Humbled & Developing a Novel Idea

It’s been a heady week for me, watching my page view hits rack up on Yahoo! Voices.  The story and poem are still featured so I’m waiting to see where that run ends, but I had a humbling moment yesterday as well.  I finally actually looked at the poem since I put it up and realized, to my chagrin, that I had transposed two stanzas so that the rhyme scheme was not proper for a villanelle.  In a villanelle, the last line of each stanza is supposed to alternate.  The way it was displayed, stanzas 3 and 4 ended with the same line.  Ah, well.

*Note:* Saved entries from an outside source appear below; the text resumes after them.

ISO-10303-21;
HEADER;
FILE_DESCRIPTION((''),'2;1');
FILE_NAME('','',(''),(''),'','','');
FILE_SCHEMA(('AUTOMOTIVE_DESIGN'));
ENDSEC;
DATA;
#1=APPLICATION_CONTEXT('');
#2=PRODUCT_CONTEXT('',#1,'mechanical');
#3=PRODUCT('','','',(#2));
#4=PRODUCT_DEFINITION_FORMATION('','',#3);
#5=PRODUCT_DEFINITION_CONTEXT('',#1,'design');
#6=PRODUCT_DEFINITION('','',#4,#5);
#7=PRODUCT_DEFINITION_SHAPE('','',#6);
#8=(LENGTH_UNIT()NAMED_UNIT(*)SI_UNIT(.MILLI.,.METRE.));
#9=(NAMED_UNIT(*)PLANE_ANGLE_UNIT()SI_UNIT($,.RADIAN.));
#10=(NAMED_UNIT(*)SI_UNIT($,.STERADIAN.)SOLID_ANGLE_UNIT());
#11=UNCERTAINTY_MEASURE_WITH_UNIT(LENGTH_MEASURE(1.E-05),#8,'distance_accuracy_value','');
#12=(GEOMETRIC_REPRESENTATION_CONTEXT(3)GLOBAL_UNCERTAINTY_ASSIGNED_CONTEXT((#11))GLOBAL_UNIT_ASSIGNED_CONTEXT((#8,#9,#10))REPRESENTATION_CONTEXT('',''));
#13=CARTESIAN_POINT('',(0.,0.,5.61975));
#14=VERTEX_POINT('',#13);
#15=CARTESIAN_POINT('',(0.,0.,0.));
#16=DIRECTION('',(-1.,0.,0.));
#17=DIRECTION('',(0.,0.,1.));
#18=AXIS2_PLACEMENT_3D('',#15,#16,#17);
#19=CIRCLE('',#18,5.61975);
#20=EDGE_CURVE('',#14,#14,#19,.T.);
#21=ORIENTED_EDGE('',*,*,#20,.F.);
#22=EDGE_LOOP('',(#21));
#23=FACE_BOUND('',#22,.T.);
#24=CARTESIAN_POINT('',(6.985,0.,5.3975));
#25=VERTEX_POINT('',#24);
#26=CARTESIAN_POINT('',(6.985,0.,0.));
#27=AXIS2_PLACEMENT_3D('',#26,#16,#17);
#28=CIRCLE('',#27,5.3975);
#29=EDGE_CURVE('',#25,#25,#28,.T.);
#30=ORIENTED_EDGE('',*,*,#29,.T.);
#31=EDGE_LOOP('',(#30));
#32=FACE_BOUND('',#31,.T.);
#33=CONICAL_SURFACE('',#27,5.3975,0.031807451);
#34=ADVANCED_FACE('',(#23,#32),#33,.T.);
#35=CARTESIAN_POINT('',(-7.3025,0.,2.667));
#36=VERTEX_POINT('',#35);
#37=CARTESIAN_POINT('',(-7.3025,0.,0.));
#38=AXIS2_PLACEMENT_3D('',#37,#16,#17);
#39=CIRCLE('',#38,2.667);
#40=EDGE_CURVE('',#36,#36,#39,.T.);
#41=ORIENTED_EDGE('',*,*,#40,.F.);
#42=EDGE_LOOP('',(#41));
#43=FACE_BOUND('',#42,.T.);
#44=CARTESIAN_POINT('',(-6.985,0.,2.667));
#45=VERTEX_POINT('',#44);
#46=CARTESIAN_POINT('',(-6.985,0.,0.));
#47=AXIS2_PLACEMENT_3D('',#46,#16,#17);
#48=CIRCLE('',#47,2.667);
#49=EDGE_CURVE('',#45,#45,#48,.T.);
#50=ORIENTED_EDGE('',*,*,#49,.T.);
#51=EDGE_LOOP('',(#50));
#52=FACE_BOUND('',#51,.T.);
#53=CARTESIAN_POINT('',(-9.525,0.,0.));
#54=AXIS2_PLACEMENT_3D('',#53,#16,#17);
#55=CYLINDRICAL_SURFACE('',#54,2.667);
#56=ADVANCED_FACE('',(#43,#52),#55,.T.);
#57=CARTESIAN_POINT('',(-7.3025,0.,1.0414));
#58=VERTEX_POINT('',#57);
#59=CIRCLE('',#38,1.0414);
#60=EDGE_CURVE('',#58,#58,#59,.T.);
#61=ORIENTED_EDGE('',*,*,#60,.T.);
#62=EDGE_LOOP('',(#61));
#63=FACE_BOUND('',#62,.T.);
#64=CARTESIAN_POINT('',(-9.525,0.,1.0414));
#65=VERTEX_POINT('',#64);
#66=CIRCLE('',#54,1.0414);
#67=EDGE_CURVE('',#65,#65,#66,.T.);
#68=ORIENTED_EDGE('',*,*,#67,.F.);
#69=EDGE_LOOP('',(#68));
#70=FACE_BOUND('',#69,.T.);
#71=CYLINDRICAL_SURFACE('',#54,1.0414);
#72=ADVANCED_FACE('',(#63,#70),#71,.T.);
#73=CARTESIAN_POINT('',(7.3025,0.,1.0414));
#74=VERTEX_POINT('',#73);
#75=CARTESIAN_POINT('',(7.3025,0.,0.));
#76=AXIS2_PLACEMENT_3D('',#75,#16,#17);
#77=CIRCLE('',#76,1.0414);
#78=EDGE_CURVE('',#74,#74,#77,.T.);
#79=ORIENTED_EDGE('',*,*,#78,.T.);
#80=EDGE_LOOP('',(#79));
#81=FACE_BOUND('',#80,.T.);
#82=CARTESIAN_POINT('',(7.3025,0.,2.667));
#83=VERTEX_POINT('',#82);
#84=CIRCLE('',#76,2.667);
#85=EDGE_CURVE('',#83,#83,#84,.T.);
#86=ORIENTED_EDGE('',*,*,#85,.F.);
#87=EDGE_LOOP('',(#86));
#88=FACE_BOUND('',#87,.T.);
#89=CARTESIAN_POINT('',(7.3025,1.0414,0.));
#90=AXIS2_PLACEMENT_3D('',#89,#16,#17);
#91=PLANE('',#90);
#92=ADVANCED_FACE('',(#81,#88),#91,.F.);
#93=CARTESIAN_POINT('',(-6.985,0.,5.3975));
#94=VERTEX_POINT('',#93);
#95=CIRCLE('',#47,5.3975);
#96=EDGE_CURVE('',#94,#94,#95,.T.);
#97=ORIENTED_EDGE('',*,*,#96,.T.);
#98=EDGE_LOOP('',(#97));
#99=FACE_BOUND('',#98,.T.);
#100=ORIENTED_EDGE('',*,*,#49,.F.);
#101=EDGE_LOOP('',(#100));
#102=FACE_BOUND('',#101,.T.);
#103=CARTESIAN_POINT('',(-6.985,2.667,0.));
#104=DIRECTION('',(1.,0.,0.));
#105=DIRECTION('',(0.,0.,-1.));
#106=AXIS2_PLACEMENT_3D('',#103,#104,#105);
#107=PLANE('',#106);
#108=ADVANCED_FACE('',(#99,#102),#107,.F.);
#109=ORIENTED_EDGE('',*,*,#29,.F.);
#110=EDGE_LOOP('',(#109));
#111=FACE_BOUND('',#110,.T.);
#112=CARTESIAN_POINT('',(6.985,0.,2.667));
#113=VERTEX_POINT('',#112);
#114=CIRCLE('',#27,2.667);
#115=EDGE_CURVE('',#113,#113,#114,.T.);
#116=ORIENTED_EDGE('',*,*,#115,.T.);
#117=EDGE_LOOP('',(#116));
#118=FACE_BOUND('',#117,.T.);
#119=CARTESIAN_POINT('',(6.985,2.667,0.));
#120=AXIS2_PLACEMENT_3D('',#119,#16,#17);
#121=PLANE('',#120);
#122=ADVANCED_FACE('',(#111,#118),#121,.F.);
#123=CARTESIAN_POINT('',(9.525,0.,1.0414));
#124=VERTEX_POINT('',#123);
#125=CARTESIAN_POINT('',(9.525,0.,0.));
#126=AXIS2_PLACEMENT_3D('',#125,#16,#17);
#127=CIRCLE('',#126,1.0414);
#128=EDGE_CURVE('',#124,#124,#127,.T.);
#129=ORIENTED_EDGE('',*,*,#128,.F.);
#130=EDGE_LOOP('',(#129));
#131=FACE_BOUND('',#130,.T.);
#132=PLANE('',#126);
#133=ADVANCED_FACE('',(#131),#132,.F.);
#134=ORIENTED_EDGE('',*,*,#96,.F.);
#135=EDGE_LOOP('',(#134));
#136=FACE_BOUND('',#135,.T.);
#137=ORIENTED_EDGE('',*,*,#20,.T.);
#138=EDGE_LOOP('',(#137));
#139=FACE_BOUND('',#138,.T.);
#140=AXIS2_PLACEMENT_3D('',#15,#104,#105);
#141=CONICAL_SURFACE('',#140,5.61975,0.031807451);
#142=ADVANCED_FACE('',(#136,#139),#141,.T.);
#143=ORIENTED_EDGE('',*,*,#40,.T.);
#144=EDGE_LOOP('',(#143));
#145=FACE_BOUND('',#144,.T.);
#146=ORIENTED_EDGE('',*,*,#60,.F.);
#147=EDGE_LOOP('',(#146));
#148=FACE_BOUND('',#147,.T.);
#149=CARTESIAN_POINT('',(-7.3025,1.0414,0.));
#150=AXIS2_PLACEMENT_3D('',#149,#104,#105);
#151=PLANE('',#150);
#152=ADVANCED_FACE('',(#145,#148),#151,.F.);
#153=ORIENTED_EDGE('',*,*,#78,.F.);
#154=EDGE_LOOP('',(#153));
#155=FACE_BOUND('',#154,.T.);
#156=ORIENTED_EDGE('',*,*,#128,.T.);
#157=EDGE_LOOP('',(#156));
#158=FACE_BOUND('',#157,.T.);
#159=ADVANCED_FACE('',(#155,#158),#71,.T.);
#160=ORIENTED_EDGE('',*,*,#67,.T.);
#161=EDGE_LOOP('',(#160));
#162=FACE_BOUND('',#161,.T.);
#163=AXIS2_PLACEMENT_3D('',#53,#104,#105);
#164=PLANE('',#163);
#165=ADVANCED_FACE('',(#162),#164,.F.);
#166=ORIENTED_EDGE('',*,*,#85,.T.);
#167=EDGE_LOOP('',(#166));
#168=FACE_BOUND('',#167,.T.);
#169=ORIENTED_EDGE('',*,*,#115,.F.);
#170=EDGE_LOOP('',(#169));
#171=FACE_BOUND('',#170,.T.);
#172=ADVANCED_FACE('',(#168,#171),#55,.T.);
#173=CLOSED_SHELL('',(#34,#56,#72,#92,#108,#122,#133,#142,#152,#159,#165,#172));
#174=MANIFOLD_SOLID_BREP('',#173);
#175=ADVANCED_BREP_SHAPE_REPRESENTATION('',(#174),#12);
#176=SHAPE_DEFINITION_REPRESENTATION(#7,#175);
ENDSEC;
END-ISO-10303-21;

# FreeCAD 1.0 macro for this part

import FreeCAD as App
import Part
import Sketcher

V = App.Vector
Q = App.Units.Quantity

doc = App.newDocument("Part")
params = doc.addObject("Spreadsheet::Sheet", "Params")
for row, (alias, value) in enumerate([
    ("sketch1_width", "0.75 in"),
    ("sketch1_height", "0.041 in"),
    ("sketch1_height2", "0.064 in"),
    ("revolution_angle", "360 deg"),
], start=1):
    params.set(f"A{row}", alias)
    params.set(f"B{row}", "=" + value)
    params.setAlias(f"B{row}", alias)

body = doc.addObject("PartDesign::Body", "Body")

sketch1 = body.newObject("Sketcher::SketchObject", "Sketch")
sketch1.AttachmentSupport = (doc.getObject("XY_Plane"), [""])
sketch1.MapMode = "FlatFace"
sketch1.addGeometry([
    Part.LineSegment(V(-9.525, 1.0414, 0), V(-9.525, 0, 0)),
    Part.LineSegment(V(-9.525, 0, 0), V(9.525, 0, 0)),
    Part.LineSegment(V(9.525, 0, 0), V(9.525, 1.0414, 0)),
    Part.LineSegment(V(9.525, 1.0414, 0), V(7.3025, 1.0414, 0)),
    Part.LineSegment(V(7.3025, 1.0414, 0), V(7.3025, 2.667, 0)),
    Part.LineSegment(V(7.3025, 2.667, 0), V(6.985, 2.667, 0)),
    Part.LineSegment(V(6.985, 2.667, 0), V(6.985, 5.3975, 0)),
    Part.LineSegment(V(6.985, 5.3975, 0), V(0, 5.61975, 0)),
    Part.LineSegment(V(0, 5.61975, 0), V(-6.985, 5.3975, 0)),
    Part.LineSegment(V(-6.985, 5.3975, 0), V(-6.985, 2.667, 0)),
    Part.LineSegment(V(-6.985, 2.667, 0), V(-7.3025, 2.667, 0)),
    Part.LineSegment(V(-7.3025, 2.667, 0), V(-7.3025, 1.0414, 0)),
    Part.LineSegment(V(-7.3025, 1.0414, 0), V(-9.525, 1.0414, 0)),
], False)
sketch1.addConstraint([
    Sketcher.Constraint("Coincident", 0, 2, 1, 1),
    Sketcher.Constraint("Coincident", 1, 2, 2, 1),
    Sketcher.Constraint("Coincident", 2, 2, 3, 1),
    Sketcher.Constraint("Coincident", 3, 2, 4, 1),
    Sketcher.Constraint("Coincident", 4, 2, 5, 1),
    Sketcher.Constraint("Coincident", 5, 2, 6, 1),
    Sketcher.Constraint("Coincident", 6, 2, 7, 1),
    Sketcher.Constraint("Coincident", 7, 2, 8, 1),
    Sketcher.Constraint("Coincident", 8, 2, 9, 1),
    Sketcher.Constraint("Coincident", 9, 2, 10, 1),
    Sketcher.Constraint("Coincident", 10, 2, 11, 1),
    Sketcher.Constraint("Coincident", 11, 2, 12, 1),
    Sketcher.Constraint("Coincident", 12, 2, 0, 1),
    Sketcher.Constraint("Vertical", 0),
    Sketcher.Constraint("Horizontal", 1),
    Sketcher.Constraint("Vertical", 2),
    Sketcher.Constraint("Horizontal", 3),
    Sketcher.Constraint("Vertical", 4),
    Sketcher.Constraint("Horizontal", 5),
    Sketcher.Constraint("Vertical", 6),
    Sketcher.Constraint("Vertical", 9),
    Sketcher.Constraint("Horizontal", 10),
    Sketcher.Constraint("Vertical", 11),
    Sketcher.Constraint("Horizontal", 12),
    Sketcher.Constraint("Symmetric", 0, 2, 1, 2, -1, 1),
    Sketcher.Constraint("Symmetric", 6, 2, 8, 2, -2),
    Sketcher.Constraint("Symmetric", 4, 2, 10, 2, -2),
    Sketcher.Constraint("PointOnObject", 7, 2, -2),
    Sketcher.Constraint("Horizontal", 3, 2, 11, 2),
    Sketcher.Constraint("DistanceX", 1, 1, 1, 2, Q("0.75 in")),
    Sketcher.Constraint("DistanceX", 5, 2, 2, 2, Q("0.1 in")),
    Sketcher.Constraint("DistanceY", 0, 2, 0, 1, Q("0.041 in")),
    Sketcher.Constraint("DistanceY", 4, 1, 4, 2, Q("0.064 in")),
    Sketcher.Constraint("DistanceX", 3, 2, 3, 1, Q("0.0875 in")),
    Sketcher.Constraint("DistanceY", 6, 1, 6, 2, Q("0.1075 in")),
    Sketcher.Constraint("DistanceY", -1, 1, 7, 2, 5.61975),
])
sketch1.setExpression("Constraints[29]", "Params.sketch1_width")
sketch1.setExpression("Constraints[31]", "Params.sketch1_height")
sketch1.setExpression("Constraints[32]", "Params.sketch1_height2")
revolution = body.newObject("PartDesign::Revolution", "Revolution")
revolution.Profile = sketch1
revolution.ReferenceAxis = (sketch1, ["H_Axis"])
revolution.setExpression("Angle", "Params.revolution_angle")

doc.recompute()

I consoled myself with the delusion that only a poet would notice.  (I certainly didn’t.)  I fixed it and had a bit of a laugh at my own expense.

Moving right along, I’m getting ready for CampNaNoWriMo.  Are you?  I won’t pretend that I actually intend to write 50,000 words in June, but I’m using it as a catalyst to get my new novel off the ground.  Before June 1st, I’ll continue to read Writing the Breakout Novel by Donald Maass and make notes for the novel as I find inspiration.  This weekend I hope to fill out the character, setting and plot sheets I found online.

The novel I’m going to write is based on my own short story, Biomalware.  (Hubris, anyone?), I’ll try to give you an idea of how I’m using Writing the Breakout Novel to help me develop this short story into a novel.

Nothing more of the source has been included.